Task directions:
Please repeat exactly the lines below from the one containing "f 99 120 100" down to the one containing "f 145 168 81", both included, and nothing else.

-------- Provided data

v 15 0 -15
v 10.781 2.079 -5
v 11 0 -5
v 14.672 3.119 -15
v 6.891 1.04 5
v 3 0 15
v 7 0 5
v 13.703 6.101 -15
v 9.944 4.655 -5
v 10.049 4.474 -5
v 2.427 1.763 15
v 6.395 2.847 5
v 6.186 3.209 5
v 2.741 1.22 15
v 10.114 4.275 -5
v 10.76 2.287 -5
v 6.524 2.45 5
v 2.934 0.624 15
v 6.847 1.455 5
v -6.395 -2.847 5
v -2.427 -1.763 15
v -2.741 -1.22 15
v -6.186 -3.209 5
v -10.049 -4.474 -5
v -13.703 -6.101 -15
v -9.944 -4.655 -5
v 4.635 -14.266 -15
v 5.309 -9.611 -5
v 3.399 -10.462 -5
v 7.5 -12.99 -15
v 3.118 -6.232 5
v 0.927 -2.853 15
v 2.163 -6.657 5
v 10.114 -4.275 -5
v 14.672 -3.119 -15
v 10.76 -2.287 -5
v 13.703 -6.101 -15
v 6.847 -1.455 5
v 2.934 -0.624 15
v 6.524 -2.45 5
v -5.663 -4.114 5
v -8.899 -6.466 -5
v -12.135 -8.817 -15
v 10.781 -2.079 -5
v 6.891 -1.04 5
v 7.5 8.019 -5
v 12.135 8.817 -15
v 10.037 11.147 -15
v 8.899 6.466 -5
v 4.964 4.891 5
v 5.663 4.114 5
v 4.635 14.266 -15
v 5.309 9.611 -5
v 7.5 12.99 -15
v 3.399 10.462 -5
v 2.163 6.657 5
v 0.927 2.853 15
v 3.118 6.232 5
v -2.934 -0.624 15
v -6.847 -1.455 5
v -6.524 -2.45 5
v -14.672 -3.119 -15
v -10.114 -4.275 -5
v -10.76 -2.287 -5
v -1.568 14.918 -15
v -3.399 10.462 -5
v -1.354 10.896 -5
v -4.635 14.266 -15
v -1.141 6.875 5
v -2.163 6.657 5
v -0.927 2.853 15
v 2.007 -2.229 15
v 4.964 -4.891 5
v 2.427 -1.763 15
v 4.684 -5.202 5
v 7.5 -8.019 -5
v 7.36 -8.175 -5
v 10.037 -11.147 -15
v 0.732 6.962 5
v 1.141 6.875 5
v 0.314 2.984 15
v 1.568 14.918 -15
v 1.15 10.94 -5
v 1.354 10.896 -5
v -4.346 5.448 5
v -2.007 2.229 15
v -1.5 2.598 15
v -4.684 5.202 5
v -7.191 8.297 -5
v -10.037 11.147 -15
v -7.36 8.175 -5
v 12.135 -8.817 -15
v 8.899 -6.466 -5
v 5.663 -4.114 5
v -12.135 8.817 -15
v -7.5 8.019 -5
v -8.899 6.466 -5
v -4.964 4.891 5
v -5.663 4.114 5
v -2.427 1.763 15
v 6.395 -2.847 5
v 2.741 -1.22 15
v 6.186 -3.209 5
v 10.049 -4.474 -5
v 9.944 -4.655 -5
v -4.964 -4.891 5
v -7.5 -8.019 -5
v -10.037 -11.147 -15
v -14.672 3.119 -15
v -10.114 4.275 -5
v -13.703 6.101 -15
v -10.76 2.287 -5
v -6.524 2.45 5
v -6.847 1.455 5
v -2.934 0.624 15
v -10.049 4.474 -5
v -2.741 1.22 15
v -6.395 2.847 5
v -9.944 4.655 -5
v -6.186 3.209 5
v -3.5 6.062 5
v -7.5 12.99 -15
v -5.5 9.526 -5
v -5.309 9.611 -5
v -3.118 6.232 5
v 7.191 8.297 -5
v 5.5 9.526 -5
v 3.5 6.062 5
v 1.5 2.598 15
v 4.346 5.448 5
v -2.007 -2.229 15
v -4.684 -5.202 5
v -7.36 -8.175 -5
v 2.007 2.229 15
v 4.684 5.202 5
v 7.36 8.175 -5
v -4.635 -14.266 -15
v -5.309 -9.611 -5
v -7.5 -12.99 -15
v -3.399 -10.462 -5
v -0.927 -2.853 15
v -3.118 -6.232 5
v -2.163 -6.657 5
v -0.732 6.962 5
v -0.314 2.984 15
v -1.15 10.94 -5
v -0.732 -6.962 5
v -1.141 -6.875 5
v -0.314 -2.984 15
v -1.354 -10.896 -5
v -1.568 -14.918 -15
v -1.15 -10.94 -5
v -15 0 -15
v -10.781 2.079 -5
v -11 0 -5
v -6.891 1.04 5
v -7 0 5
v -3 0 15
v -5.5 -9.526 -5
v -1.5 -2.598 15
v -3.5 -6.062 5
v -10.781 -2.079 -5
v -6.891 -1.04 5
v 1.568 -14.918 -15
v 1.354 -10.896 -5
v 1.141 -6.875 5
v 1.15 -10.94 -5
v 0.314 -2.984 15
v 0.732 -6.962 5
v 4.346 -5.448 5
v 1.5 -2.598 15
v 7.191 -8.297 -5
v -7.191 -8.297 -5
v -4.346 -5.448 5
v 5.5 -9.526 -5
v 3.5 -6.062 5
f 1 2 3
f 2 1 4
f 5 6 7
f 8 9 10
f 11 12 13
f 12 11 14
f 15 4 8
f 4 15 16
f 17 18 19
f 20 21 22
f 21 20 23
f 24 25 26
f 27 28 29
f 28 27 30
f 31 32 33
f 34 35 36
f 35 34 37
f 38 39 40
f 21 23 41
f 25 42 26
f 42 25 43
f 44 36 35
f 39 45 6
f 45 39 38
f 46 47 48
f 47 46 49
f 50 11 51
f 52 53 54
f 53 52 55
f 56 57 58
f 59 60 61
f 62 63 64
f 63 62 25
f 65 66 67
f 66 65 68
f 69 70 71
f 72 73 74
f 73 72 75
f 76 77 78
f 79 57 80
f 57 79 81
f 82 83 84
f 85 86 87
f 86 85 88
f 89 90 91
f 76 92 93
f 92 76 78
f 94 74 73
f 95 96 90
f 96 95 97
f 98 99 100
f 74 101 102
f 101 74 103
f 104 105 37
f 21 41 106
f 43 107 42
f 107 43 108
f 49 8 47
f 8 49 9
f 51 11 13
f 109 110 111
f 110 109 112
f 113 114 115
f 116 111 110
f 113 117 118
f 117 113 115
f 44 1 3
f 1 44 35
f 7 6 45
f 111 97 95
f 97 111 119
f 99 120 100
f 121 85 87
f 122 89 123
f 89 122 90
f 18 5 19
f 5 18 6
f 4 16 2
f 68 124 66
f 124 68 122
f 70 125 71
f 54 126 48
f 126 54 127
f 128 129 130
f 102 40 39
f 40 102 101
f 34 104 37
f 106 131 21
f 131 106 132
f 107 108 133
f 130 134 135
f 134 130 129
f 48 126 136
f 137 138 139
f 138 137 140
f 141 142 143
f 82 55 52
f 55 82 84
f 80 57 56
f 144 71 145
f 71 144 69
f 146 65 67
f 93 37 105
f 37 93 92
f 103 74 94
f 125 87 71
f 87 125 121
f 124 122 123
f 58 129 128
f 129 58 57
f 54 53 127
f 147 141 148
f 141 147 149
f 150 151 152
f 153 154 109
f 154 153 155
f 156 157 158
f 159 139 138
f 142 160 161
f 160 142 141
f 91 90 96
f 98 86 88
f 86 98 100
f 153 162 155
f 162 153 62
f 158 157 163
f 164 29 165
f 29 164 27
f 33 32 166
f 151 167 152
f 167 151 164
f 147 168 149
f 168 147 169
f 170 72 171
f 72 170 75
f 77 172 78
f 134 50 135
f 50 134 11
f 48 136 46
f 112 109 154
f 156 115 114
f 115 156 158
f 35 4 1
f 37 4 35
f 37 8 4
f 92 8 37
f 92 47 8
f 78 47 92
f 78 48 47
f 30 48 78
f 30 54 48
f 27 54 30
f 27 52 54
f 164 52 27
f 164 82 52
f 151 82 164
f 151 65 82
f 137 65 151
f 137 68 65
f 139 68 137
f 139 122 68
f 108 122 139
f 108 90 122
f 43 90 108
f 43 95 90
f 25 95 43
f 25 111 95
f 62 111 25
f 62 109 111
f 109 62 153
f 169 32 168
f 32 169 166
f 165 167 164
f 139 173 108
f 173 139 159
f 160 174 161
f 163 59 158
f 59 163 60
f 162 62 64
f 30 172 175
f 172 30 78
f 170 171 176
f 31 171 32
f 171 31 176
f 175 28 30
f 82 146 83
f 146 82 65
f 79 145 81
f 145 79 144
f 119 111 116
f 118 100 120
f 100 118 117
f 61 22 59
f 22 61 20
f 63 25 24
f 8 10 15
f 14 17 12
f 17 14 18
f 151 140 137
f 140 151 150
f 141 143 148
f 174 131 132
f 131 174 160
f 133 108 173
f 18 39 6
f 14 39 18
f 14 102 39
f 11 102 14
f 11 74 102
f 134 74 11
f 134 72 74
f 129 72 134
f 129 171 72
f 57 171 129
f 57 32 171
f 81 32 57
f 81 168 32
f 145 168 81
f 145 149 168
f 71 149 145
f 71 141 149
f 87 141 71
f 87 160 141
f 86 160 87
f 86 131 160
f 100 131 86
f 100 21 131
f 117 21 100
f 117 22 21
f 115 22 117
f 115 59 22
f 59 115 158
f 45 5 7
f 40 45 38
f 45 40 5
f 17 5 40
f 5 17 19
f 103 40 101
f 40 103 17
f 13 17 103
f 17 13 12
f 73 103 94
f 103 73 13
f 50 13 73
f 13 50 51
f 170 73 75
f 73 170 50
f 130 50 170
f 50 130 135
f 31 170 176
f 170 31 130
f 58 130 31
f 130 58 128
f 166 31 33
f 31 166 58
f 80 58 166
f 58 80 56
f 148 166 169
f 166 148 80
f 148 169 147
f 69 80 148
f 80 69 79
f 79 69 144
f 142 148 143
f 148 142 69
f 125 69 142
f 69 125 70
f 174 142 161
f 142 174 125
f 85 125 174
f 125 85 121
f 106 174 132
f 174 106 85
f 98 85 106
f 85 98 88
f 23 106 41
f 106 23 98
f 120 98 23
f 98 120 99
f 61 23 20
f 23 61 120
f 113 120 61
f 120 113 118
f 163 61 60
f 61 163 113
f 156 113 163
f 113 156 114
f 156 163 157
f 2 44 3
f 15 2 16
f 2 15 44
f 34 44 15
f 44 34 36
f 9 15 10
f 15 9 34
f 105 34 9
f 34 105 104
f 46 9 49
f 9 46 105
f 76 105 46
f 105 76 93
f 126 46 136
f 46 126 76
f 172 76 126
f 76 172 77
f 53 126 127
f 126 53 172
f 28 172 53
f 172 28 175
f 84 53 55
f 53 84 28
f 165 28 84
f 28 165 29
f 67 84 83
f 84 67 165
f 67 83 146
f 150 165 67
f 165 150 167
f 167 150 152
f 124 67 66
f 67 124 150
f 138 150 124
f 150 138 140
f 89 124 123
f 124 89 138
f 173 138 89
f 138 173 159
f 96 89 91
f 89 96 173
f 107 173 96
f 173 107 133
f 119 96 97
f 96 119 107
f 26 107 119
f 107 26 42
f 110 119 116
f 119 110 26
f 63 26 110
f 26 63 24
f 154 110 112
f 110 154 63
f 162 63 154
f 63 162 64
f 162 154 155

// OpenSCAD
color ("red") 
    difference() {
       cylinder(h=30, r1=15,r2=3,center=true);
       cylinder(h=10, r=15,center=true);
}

----------------
-------- Provided data

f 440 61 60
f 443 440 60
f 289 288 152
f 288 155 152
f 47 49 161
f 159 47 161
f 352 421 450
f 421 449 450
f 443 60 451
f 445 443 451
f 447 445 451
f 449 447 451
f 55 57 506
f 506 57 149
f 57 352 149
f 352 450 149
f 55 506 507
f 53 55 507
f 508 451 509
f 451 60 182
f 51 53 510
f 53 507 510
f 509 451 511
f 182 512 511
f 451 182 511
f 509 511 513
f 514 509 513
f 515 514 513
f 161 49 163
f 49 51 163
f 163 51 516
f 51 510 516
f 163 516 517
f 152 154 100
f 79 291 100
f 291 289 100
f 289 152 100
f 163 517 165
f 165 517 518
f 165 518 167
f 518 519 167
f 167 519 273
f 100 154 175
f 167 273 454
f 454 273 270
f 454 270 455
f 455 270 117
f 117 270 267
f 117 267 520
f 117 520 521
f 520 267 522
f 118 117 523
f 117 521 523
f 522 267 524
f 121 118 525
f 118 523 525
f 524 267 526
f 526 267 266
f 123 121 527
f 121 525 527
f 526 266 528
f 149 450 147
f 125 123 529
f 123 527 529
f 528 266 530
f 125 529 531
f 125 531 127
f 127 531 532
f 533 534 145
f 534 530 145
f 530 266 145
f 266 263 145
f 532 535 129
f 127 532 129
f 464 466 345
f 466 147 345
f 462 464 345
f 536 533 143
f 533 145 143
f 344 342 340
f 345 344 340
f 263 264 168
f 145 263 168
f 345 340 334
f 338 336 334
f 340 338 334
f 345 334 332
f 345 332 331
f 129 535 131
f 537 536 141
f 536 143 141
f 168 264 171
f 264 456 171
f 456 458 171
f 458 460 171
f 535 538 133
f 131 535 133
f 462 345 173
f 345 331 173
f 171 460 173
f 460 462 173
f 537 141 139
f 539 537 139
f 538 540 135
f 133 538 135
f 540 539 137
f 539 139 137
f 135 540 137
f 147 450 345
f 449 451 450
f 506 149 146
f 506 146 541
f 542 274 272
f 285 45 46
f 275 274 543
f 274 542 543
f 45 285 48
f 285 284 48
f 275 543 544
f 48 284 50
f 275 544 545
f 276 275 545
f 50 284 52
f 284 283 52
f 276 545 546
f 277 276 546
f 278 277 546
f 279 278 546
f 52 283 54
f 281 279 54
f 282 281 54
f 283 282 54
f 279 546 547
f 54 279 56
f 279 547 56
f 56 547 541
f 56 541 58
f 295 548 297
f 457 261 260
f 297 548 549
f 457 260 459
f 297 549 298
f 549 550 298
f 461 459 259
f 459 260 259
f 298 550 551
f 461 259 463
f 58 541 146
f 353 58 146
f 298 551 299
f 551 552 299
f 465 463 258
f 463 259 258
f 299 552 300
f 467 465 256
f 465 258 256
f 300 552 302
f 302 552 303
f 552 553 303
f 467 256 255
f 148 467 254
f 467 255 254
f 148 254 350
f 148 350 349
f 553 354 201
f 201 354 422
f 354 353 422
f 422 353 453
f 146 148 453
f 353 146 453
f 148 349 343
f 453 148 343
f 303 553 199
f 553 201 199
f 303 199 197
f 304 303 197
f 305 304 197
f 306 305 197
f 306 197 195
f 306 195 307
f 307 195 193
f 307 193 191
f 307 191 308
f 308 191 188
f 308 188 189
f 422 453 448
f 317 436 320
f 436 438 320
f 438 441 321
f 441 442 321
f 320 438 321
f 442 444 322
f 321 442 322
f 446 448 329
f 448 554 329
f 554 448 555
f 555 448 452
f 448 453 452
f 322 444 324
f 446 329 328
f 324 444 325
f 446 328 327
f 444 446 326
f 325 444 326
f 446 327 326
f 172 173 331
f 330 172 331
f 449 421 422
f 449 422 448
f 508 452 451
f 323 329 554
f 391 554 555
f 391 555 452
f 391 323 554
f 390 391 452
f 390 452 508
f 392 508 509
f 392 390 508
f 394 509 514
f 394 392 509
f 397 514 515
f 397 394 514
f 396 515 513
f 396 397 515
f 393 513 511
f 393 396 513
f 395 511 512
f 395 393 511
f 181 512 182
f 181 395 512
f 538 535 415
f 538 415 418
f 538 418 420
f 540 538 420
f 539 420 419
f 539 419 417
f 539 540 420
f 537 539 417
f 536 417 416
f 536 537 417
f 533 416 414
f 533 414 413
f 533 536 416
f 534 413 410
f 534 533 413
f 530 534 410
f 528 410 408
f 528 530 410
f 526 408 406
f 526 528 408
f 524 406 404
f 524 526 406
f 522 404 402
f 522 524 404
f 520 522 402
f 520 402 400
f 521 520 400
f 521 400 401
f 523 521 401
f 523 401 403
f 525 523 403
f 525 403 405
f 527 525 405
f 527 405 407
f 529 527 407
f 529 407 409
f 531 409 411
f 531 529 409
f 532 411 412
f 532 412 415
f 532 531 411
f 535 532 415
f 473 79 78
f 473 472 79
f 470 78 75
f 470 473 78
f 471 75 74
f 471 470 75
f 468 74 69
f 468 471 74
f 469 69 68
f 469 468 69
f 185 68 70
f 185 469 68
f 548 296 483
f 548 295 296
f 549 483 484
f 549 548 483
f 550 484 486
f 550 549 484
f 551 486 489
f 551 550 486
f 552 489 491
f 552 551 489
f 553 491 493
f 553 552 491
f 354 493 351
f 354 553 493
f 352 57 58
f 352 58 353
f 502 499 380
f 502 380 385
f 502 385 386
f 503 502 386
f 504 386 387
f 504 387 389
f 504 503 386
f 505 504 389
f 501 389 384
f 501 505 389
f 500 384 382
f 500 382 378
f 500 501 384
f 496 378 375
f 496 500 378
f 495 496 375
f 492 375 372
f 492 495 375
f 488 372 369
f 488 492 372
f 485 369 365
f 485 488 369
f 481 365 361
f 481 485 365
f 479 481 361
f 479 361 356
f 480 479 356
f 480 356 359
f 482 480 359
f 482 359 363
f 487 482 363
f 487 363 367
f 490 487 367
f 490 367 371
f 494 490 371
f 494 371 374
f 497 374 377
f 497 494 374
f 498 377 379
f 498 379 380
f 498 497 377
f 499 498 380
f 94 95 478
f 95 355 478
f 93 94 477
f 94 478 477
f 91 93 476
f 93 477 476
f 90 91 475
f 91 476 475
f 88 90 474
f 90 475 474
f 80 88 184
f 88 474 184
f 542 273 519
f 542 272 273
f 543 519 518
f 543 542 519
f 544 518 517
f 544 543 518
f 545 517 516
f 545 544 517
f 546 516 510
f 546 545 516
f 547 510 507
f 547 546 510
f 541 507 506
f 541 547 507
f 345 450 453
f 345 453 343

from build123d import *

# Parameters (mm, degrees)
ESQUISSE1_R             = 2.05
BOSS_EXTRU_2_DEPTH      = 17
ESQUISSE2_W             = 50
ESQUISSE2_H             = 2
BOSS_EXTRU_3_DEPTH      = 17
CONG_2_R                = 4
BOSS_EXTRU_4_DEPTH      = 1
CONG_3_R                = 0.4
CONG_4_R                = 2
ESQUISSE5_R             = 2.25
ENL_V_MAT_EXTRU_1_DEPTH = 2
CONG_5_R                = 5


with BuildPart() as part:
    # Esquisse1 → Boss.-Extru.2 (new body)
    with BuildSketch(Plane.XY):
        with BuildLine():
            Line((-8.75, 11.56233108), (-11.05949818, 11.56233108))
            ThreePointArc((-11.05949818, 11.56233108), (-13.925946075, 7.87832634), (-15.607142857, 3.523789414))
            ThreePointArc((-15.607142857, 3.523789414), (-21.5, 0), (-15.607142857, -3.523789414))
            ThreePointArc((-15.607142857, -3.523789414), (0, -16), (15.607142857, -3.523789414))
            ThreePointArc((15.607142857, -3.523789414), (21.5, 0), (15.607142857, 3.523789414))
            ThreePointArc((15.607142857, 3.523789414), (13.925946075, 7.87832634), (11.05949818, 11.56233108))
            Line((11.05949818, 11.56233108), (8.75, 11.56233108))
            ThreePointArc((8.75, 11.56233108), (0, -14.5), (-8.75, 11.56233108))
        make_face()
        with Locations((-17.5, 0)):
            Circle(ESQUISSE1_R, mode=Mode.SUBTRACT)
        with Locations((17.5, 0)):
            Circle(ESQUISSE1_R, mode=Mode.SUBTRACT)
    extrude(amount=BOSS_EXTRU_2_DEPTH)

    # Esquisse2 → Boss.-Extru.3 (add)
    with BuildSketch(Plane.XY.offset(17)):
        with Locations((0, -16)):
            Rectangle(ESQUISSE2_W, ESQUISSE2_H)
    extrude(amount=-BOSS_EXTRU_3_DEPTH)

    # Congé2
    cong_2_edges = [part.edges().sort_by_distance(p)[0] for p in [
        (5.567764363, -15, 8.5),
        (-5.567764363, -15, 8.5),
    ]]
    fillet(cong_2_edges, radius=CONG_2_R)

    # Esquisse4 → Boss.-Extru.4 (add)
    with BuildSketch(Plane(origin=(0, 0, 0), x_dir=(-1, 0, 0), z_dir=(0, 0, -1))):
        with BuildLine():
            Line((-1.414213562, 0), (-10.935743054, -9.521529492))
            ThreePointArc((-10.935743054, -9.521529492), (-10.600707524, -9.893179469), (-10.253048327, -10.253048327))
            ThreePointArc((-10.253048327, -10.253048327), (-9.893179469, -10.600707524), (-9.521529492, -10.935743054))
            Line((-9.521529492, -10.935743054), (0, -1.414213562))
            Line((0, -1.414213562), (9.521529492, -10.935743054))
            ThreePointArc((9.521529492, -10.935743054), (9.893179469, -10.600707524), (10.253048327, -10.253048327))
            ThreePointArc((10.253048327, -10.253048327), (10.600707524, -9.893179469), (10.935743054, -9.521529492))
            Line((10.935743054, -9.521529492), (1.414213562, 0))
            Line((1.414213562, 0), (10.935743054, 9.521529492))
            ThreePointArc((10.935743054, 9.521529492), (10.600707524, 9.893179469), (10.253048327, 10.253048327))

----------------

Answer:
f 99 120 100
f 121 85 87
f 122 89 123
f 89 122 90
f 18 5 19
f 5 18 6
f 4 16 2
f 68 124 66
f 124 68 122
f 70 125 71
f 54 126 48
f 126 54 127
f 128 129 130
f 102 40 39
f 40 102 101
f 34 104 37
f 106 131 21
f 131 106 132
f 107 108 133
f 130 134 135
f 134 130 129
f 48 126 136
f 137 138 139
f 138 137 140
f 141 142 143
f 82 55 52
f 55 82 84
f 80 57 56
f 144 71 145
f 71 144 69
f 146 65 67
f 93 37 105
f 37 93 92
f 103 74 94
f 125 87 71
f 87 125 121
f 124 122 123
f 58 129 128
f 129 58 57
f 54 53 127
f 147 141 148
f 141 147 149
f 150 151 152
f 153 154 109
f 154 153 155
f 156 157 158
f 159 139 138
f 142 160 161
f 160 142 141
f 91 90 96
f 98 86 88
f 86 98 100
f 153 162 155
f 162 153 62
f 158 157 163
f 164 29 165
f 29 164 27
f 33 32 166
f 151 167 152
f 167 151 164
f 147 168 149
f 168 147 169
f 170 72 171
f 72 170 75
f 77 172 78
f 134 50 135
f 50 134 11
f 48 136 46
f 112 109 154
f 156 115 114
f 115 156 158
f 35 4 1
f 37 4 35
f 37 8 4
f 92 8 37
f 92 47 8
f 78 47 92
f 78 48 47
f 30 48 78
f 30 54 48
f 27 54 30
f 27 52 54
f 164 52 27
f 164 82 52
f 151 82 164
f 151 65 82
f 137 65 151
f 137 68 65
f 139 68 137
f 139 122 68
f 108 122 139
f 108 90 122
f 43 90 108
f 43 95 90
f 25 95 43
f 25 111 95
f 62 111 25
f 62 109 111
f 109 62 153
f 169 32 168
f 32 169 166
f 165 167 164
f 139 173 108
f 173 139 159
f 160 174 161
f 163 59 158
f 59 163 60
f 162 62 64
f 30 172 175
f 172 30 78
f 170 171 176
f 31 171 32
f 171 31 176
f 175 28 30
f 82 146 83
f 146 82 65
f 79 145 81
f 145 79 144
f 119 111 116
f 118 100 120
f 100 118 117
f 61 22 59
f 22 61 20
f 63 25 24
f 8 10 15
f 14 17 12
f 17 14 18
f 151 140 137
f 140 151 150
f 141 143 148
f 174 131 132
f 131 174 160
f 133 108 173
f 18 39 6
f 14 39 18
f 14 102 39
f 11 102 14
f 11 74 102
f 134 74 11
f 134 72 74
f 129 72 134
f 129 171 72
f 57 171 129
f 57 32 171
f 81 32 57
f 81 168 32
f 145 168 81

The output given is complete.